Pumpkin Bundt Cake with Orange Glaze
I made pumpkin pie for Thanksgiving one year and used canned pumpkin. That was the first and last time! I don't recommend it. Baking fresh pumpkin takes a little longer but makes a big difference in taste. To bake pumpkins, remove tops and scoop out seeds and stringy pulp. Slice pumpkins into quarters and place on a large foiled baking sheet. Bake in the center of the oven at 400 degrees for 45 minutes to 1 hour, until very tender. Cool, scoop out flesh and mash.

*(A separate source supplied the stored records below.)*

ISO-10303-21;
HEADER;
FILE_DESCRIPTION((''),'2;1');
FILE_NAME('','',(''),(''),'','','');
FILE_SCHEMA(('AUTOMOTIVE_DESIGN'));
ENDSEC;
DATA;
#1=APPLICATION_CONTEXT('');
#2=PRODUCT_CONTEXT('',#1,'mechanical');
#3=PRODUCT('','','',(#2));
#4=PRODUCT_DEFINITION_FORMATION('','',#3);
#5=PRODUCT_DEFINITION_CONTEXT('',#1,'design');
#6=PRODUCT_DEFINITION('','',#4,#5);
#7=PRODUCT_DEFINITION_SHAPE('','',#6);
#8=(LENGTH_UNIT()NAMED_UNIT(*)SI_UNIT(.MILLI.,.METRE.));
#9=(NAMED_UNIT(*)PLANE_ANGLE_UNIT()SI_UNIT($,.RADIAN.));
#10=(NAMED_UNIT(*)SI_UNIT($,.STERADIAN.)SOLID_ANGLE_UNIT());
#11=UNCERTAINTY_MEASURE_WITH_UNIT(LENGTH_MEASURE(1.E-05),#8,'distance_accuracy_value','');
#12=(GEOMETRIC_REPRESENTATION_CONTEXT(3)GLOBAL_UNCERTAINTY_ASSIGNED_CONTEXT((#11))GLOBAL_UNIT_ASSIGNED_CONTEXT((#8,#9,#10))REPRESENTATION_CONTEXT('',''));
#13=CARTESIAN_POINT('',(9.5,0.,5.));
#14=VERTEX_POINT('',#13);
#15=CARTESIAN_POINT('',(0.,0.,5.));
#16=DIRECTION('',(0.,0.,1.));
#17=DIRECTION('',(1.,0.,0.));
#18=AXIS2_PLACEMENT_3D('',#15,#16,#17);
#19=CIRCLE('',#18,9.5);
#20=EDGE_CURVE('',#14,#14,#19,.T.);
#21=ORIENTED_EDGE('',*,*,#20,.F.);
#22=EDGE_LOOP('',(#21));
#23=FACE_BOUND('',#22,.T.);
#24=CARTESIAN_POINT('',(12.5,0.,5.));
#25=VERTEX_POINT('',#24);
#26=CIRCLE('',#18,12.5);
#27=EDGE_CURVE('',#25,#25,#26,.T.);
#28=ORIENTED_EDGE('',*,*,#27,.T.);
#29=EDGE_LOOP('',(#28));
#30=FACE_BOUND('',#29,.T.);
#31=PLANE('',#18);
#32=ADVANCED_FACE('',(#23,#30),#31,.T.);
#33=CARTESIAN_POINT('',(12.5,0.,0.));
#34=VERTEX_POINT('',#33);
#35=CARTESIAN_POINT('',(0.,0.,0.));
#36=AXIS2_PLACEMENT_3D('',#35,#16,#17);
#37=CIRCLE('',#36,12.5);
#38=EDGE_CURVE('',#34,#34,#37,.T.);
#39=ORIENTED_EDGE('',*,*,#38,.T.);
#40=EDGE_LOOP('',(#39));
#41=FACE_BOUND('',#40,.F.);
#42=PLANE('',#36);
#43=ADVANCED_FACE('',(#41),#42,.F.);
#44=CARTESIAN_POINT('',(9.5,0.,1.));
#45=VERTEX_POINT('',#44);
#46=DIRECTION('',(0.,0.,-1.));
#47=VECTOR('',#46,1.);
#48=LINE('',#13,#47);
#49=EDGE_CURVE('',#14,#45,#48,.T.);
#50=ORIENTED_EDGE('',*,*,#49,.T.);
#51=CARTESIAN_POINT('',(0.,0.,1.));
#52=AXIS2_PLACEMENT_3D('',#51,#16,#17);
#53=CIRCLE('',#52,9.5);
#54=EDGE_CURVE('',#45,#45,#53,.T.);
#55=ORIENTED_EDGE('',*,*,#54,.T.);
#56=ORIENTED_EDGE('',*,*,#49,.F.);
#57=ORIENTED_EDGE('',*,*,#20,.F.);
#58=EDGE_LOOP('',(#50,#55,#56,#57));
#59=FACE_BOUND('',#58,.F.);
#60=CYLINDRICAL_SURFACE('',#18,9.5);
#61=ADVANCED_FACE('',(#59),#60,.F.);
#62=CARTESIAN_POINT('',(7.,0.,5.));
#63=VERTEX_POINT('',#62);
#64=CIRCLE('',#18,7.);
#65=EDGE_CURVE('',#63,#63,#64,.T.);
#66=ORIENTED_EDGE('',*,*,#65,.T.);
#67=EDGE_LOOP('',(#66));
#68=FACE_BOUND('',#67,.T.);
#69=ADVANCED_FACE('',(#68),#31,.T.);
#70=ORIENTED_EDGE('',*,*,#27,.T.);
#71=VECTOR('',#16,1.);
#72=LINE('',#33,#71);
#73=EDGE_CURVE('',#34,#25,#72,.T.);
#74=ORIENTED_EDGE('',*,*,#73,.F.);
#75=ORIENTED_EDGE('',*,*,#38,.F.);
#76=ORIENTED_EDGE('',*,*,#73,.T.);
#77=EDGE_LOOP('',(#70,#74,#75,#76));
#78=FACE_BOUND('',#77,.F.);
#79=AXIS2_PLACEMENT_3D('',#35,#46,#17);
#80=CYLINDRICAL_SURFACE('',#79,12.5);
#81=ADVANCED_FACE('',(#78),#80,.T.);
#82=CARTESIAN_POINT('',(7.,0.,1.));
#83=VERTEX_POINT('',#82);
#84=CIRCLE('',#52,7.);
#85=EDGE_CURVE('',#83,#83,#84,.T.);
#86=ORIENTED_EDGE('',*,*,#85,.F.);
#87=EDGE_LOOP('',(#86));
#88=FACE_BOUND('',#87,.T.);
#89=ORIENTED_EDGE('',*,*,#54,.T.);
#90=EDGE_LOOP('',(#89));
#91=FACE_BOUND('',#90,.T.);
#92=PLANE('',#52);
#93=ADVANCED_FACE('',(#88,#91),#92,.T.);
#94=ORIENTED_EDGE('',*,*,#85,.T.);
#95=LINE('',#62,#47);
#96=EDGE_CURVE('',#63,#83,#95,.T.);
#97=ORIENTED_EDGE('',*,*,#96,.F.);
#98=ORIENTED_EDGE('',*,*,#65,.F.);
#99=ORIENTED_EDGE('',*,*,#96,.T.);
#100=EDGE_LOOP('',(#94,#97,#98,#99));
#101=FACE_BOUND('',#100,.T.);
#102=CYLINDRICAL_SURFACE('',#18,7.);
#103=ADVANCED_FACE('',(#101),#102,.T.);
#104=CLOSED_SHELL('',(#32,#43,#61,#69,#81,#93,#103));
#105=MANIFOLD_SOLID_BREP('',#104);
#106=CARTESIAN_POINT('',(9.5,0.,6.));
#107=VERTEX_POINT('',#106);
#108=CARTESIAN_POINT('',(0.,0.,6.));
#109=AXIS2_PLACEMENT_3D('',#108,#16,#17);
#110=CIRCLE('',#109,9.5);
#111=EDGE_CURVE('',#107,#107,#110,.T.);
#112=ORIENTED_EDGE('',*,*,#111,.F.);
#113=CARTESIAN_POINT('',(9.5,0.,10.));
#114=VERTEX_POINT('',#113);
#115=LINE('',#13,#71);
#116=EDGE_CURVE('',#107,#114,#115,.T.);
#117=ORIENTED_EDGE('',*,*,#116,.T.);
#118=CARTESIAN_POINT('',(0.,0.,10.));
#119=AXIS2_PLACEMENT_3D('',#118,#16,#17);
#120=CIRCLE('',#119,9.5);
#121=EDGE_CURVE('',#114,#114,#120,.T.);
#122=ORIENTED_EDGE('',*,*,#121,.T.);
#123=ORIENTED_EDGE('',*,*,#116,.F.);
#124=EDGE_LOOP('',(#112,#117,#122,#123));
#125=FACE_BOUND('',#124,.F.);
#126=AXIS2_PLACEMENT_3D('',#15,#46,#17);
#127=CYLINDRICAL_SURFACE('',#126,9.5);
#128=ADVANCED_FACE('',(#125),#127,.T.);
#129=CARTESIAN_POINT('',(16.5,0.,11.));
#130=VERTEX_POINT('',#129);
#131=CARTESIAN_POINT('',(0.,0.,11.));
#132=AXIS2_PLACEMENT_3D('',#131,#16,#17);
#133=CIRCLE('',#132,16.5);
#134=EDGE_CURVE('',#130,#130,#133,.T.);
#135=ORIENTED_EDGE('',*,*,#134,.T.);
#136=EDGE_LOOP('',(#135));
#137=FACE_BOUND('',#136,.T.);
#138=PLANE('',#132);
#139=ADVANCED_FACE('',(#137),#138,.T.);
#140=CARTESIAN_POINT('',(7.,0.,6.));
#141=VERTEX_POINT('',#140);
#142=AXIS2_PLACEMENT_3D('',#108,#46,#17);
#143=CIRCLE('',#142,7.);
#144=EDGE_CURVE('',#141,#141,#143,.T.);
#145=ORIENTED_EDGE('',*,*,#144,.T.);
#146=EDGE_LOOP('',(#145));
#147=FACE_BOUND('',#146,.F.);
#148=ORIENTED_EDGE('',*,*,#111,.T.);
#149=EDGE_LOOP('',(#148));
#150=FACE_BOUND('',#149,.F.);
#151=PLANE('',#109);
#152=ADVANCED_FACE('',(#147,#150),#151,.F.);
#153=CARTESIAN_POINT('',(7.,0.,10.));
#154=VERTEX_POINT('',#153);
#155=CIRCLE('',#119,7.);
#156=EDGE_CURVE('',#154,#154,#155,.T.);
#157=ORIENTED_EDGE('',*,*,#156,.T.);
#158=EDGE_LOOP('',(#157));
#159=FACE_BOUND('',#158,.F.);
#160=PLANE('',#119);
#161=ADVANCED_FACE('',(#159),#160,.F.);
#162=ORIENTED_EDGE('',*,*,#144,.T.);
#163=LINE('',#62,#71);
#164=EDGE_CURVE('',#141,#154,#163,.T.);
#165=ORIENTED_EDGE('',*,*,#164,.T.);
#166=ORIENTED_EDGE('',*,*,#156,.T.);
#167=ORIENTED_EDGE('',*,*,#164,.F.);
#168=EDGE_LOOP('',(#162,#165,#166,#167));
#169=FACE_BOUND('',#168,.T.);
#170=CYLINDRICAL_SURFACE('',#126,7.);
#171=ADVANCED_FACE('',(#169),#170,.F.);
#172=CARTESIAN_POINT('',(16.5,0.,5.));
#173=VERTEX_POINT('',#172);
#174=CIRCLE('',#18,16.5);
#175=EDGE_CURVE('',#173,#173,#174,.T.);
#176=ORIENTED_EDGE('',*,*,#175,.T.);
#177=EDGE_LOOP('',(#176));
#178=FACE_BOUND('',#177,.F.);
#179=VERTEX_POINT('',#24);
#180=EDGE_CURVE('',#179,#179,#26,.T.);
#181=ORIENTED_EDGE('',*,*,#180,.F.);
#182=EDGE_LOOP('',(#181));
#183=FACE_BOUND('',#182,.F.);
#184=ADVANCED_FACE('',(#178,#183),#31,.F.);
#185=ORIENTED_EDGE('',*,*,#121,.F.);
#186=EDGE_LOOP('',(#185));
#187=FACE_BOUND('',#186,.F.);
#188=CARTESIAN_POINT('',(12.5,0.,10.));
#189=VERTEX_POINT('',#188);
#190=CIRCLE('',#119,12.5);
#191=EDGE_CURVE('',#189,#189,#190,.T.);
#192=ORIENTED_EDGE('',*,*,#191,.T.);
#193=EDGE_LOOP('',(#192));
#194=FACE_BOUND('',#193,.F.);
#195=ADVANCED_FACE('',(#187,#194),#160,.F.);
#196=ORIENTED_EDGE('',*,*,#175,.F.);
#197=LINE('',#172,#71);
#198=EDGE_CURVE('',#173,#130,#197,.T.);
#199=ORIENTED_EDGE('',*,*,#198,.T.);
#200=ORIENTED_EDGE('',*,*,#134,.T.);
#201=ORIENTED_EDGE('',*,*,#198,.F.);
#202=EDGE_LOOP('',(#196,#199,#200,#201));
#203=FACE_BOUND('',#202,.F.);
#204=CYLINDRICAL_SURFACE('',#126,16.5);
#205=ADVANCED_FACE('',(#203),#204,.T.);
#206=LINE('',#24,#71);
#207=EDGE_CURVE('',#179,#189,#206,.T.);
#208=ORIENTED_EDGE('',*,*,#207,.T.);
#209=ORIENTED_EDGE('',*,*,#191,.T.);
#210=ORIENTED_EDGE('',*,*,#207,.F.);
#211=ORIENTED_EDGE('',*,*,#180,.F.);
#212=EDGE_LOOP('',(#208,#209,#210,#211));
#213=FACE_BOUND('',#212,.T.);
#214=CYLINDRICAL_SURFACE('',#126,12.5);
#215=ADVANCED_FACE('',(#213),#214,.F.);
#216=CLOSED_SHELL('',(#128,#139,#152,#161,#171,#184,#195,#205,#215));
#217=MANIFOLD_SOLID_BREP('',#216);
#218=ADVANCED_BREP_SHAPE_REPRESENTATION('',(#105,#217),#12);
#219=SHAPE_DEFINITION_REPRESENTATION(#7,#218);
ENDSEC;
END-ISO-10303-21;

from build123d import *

# Parameters (mm, degrees)
F0_R     = 12.5
F1_DEPTH = 5
F2_R     = 9.5
F2_R_2   = 7
F3_DEPTH = 4
F4_R     = 16.5
F4_R_2   = 12.5
F4_R_3   = 9.5
F4_R_4   = 7
F5_DEPTH = 6
F6_DEPTH = 5
F7_R     = 9.5
F8_DEPTH = 1


with BuildPart() as f1:
    # F0 (on Top) → F1 (new body)
    with BuildSketch(Plane.XY):
        Circle(F0_R)
    extrude(amount=F1_DEPTH)

    # F2 (on face) → F3 (cut)
    with BuildSketch(Plane.XY.offset(5)):
        Circle(F2_R)
        Circle(F2_R_2, mode=Mode.SUBTRACT)
    extrude(amount=-F3_DEPTH, mode=Mode.SUBTRACT)


with BuildPart() as f5:
    # F4 (on face) → F5 (new body)
    with BuildSketch(Plane.XY.offset(5)):
        Circle(F4_R)
        Circle(F4_R_2, mode=Mode.SUBTRACT)
        Circle(F4_R_2)
        Circle(F4_R_3, mode=Mode.SUBTRACT)
        Circle(F4_R_3)
        Circle(F4_R_4, mode=Mode.SUBTRACT)
        Circle(F4_R_4)
    extrude(amount=F5_DEPTH)

    # F4 (on face) → F6 (cut)
    with BuildSketch(Plane.XY.offset(5)):
        Circle(F4_R_2)
        Circle(F4_R_3, mode=Mode.SUBTRACT)
        Circle(F4_R_4)
    extrude(amount=F6_DEPTH, mode=Mode.SUBTRACT)

    # F7 (on face) → F8 (cut)
    with BuildSketch(Plane.XY.offset(5)):
        Circle(F7_R)
    extrude(amount=F8_DEPTH, mode=Mode.SUBTRACT)


solid = Compound([f1.part, f5.part])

3 cups all-purpose flour +additional for dusting
2 teaspoons ground cinnamon
2 teaspoons baking soda
1 teaspoon baking powder
1 teaspoon salt
3 large eggs
½ cup unsalted butter, softened
½ cup light brown sugar, packed
½ cup granulated sugar
3 cups pumpkin, baked, skins discarded then mashed (about 1 medium pumpkin)
1 cup milk
½ cup sour cream
2 teaspoons vanilla
1 cup confectioners sugar
2 tablespoons unsalted butter, melted
3 tablespoons freshly squeezed juice from an orange
*special equipment: a 10-inch nonstick bundt pan
Put oven rack in middle position and preheat oven to 350 degrees. Butter bundt pan generously, then dust with flour, knocking out excess.
Sift flour, baking powder, baking soda, and salt. Add cinnamon and mix. Set aside.
Whisk together pumpkin, milk, sour cream, and vanilla. If needed use a handheld blender to smooth mixture. Set aside.
Beat butter, brown sugar, and granulated sugar in a large bowl of an electric mixer at medium-high speed until pale and fluffy, about 3 minutes, then add eggs one at a time and beat until well incorporated, scraping down sides as needed. Reduce speed to low and add pumpkin and flour mixtures alternately in batches, beginning and ending with flour mixture, mixing batter until smooth.
Pour batter into bundt pan and bake in the center of the oven until toothpick inserted into the center comes out clean, about 60 to 75 minutes. Cool cake in pan for about 15 minutes, then invert onto cooling rack. Allow cake to cool completely.
To make glaze, whisk confectioners sugar, 2 tablespoons melted butter, and orange juice. Drizzle glaze over cake. Glaze will slightly harden. Slice and serve.